The line X = iris.data in Python, when using the context of the Iris dataset from scikit-learn, is used to extract the feature data from the dataset and assign it to the variable X.

In [None]:
# Load the Iris dataset
iris = load_iris()
X = iris.data
print(iris)



In [None]:
print(X)

In [None]:
# Elbow Method to determine the number of clusters for KMeans
wcss = []
for i in range(1, 11):
    kmeans = KMeans(n_clusters=i, init='k-means++', max_iter=300, n_init=10, random_state=0)
    kmeans.fit(X)
    wcss.append(kmeans.inertia_)



In [None]:
# Plotting the Elbow Method results to visualize the optimal number of clusters
plt.figure(figsize=(10, 5))
plt.plot(range(1, 11), wcss)
plt.title('Elbow Method')
plt.xlabel('Number of clusters')
plt.ylabel('WCSS')
plt.show()



In [None]:
# Assuming the optimal number of clusters is 3 (based on the Elbow Method)
optimal_clusters = 3



In [None]:
# KMeans Clustering with determined number of clusters
kmeans = KMeans(n_clusters=optimal_clusters, random_state=0)
kmeans_labels = kmeans.fit_predict(X)

# Hierarchical Clustering with the same number of clusters
hier_cluster = AgglomerativeClustering(n_clusters=optimal_clusters)
hier_labels = hier_cluster.fit_predict(X)

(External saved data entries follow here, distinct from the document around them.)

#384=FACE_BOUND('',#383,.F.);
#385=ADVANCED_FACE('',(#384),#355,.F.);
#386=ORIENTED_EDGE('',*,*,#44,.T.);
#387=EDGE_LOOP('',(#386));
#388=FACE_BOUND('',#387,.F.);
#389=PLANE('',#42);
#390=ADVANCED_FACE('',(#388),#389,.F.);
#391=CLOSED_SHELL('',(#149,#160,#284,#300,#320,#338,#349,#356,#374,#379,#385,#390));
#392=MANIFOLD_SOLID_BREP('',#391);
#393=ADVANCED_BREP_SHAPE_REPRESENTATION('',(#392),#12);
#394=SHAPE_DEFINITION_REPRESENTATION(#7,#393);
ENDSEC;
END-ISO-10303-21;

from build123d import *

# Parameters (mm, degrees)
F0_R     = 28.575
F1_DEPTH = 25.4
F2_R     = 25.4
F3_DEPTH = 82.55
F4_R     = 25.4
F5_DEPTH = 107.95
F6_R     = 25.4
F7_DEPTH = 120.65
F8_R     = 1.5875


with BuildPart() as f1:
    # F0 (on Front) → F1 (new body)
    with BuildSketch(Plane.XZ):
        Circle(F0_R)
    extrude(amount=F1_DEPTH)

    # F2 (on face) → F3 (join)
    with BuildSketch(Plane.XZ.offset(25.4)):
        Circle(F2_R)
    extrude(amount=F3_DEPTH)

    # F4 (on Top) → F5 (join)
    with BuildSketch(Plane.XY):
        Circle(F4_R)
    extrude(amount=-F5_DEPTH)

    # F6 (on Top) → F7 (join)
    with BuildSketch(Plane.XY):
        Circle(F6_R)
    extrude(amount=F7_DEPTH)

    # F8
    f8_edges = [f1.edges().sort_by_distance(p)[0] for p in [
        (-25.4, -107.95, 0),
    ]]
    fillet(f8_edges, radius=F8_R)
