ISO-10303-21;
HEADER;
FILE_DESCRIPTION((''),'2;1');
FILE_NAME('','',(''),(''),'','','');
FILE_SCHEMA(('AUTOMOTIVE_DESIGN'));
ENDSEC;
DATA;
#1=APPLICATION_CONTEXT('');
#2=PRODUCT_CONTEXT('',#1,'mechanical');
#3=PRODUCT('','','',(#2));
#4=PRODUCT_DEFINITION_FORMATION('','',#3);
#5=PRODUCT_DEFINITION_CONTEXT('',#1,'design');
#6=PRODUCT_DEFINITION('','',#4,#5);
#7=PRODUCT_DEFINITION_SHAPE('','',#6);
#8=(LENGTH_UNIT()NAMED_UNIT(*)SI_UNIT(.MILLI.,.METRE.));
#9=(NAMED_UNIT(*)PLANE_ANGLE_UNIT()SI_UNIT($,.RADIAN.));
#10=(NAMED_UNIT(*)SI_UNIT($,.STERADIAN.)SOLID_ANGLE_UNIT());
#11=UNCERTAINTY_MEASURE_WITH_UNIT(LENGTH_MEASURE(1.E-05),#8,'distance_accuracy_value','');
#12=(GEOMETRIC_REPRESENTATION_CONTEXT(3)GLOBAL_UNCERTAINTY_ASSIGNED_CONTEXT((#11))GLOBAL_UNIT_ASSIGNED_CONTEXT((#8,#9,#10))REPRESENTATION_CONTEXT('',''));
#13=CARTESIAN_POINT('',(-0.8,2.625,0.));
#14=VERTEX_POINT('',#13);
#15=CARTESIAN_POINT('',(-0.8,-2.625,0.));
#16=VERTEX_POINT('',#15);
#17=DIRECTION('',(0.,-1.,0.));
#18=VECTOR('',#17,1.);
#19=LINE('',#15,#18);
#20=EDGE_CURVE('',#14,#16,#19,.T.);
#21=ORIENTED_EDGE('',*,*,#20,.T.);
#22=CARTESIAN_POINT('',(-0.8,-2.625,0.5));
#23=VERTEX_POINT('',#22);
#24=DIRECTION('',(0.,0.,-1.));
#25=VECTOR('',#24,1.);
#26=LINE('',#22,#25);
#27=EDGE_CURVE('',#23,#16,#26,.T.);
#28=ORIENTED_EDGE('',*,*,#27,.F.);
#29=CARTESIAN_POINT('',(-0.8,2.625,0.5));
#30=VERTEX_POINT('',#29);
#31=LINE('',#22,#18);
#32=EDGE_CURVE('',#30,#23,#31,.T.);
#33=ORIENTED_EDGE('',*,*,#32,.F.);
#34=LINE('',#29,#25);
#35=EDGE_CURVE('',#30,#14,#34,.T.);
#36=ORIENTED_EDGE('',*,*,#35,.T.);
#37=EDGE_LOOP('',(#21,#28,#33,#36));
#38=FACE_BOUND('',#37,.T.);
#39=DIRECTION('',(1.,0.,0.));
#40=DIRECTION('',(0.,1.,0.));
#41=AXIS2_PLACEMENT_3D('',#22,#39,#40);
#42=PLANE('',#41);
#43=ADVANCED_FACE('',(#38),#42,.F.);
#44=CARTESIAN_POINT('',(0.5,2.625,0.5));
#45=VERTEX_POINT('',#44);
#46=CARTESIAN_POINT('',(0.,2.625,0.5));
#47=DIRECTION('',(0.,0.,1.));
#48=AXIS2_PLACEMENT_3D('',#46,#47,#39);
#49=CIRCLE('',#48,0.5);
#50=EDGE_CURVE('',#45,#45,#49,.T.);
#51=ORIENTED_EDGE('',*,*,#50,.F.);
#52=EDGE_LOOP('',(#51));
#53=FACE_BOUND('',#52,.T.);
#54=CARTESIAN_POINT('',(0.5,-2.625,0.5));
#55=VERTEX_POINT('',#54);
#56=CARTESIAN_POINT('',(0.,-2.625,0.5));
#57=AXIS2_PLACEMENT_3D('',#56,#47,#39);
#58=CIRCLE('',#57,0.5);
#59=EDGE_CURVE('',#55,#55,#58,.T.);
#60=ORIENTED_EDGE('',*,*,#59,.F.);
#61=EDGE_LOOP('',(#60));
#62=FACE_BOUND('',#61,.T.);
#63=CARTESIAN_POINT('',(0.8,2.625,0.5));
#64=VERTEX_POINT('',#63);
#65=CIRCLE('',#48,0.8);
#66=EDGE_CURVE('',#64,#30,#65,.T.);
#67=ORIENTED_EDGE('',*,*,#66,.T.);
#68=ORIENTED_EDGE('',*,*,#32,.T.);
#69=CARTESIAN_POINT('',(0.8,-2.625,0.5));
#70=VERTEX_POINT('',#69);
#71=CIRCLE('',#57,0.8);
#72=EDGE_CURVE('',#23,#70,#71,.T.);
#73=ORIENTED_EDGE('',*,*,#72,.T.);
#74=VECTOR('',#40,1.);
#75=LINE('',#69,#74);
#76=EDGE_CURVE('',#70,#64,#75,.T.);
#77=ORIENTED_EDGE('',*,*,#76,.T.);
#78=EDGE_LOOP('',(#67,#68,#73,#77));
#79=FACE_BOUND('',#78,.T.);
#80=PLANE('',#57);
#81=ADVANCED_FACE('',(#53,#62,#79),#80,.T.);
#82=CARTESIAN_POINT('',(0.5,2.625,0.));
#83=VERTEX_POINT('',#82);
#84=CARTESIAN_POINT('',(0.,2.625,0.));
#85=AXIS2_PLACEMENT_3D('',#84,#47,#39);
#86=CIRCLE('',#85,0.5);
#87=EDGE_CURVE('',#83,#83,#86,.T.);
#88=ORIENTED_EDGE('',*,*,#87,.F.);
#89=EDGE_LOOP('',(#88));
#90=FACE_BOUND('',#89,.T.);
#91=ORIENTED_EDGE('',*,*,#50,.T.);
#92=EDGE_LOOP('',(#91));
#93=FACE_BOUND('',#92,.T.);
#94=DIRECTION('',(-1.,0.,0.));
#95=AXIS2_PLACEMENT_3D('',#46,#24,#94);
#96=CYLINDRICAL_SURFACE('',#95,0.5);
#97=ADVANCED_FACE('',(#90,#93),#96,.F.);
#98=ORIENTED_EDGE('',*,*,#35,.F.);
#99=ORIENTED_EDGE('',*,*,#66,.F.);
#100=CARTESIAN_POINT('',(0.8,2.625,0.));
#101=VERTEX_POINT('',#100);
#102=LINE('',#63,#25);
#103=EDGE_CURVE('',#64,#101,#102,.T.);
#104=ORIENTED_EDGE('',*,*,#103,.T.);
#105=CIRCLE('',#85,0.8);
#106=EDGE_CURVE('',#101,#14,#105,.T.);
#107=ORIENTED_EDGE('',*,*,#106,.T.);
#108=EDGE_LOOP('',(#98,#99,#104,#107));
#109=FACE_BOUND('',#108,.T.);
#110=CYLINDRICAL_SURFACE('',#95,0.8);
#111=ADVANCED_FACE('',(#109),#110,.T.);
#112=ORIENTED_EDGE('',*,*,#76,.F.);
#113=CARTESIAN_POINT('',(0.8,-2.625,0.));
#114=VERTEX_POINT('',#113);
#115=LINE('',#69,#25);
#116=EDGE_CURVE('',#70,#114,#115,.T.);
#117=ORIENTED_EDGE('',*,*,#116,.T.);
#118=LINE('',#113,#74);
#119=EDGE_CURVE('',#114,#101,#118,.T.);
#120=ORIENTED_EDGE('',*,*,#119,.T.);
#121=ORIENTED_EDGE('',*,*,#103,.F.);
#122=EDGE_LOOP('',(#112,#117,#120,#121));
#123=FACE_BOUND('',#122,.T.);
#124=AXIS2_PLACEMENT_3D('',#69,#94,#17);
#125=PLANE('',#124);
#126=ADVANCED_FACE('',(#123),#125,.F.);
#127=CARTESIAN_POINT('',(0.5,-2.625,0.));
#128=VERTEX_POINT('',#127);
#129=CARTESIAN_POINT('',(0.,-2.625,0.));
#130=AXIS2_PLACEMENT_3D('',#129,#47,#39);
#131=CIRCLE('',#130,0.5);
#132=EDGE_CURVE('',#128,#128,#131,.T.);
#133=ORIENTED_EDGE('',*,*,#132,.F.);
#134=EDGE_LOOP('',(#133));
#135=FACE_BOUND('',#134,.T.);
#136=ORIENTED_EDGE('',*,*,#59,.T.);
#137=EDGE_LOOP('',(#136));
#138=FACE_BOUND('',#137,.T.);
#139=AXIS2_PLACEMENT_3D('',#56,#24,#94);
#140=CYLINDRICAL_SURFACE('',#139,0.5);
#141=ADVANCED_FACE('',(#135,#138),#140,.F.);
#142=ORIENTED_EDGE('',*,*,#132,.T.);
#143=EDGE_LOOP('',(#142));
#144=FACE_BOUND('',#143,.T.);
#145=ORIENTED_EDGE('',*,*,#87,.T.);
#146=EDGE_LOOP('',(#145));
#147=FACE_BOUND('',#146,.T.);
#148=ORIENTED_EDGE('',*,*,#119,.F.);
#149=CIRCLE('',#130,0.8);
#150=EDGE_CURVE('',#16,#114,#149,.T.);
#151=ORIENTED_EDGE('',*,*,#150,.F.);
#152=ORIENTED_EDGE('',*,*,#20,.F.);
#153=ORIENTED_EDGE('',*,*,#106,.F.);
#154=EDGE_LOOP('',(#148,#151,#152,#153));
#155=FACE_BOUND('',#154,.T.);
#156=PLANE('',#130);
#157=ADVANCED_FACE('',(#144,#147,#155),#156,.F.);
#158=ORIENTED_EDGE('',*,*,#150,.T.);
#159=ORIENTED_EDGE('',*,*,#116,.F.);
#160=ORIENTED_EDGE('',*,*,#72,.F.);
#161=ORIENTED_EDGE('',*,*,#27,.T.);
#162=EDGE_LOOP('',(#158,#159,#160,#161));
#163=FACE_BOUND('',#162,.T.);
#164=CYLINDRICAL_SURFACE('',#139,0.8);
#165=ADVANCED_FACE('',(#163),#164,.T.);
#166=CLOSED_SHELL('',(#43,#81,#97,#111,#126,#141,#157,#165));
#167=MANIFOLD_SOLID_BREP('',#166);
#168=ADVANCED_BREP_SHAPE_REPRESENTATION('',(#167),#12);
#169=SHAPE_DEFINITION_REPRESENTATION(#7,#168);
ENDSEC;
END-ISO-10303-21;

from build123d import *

# Parameters (mm, degrees)
SKETCH_1_R      = 0.5
EXTRUDE_1_DEPTH = 0.5


with BuildPart() as part:
    # 草圖1 → 填料-伸長1 (new body)
    with BuildSketch(Plane.XY):
        with BuildLine():
            Line((-0.8, -2.625), (-0.8, 2.625))
            ThreePointArc((-0.8, 2.625), (0, 3.425), (0.8, 2.625))
            Line((0.8, 2.625), (0.8, -2.625))
            ThreePointArc((0.8, -2.625), (0, -3.425), (-0.8, -2.625))
        make_face()
        with Locations((0, 2.625)):
            Circle(SKETCH_1_R, mode=Mode.SUBTRACT)
        with Locations((0, -2.625)):
            Circle(SKETCH_1_R, mode=Mode.SUBTRACT)
    extrude(amount=EXTRUDE_1_DEPTH)


solid = part.part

# The 'kmeans_labels' and 'hier_labels' variables contain the cluster labels assigned to each sample in the dataset
# Convert the dataset to a DataFrame and add the cluster labels
iris_df = pd.DataFrame(X, columns=iris.feature_names)
iris_df['Cluster_Label'] = kmeans_labels

# Visualize the results using seaborn's pairplot
sns.pairplot(iris_df, hue='Cluster_Label', palette='bright')
plt.show()

The clustering results on the Iris dataset using KMeans have been visualized with a pair plot. This plot uses seaborn's pairplot function to display pairwise relationships in the dataset. Each plot in the grid represents a pair of features from the dataset, and the points are colored based on the cluster labels assigned by the KMeans algorithm.

In [None]:
# Modify the cluster labels to use the species names instead of numerical labels
cluster_names = {0: 'Setosa', 1: 'Versicolour', 2: 'Virginica'}
iris_df['Cluster_Label'] = iris_df['Cluster_Label'].map(cluster_names)

# Visualize the results again with the updated cluster names
sns.pairplot(iris_df, hue='Cluster_Label', palette='bright')
plt.show()

### Here's a breakdown of what they show and the insights they can provide:

**Pairwise Relationships:** Each plot in the grid represents a pairwise relationship between two features of the Iris dataset. Since there are four features (sepal length, sepal width, petal length, and petal width), the grid consists of a 4x4 matrix of plots.

**Distribution of Individual Features:** The diagonal plots in the grid are not scatter plots but histograms. These show the distribution of each feature. For instance, you can see how sepal length varies across all samples, regardless of the species.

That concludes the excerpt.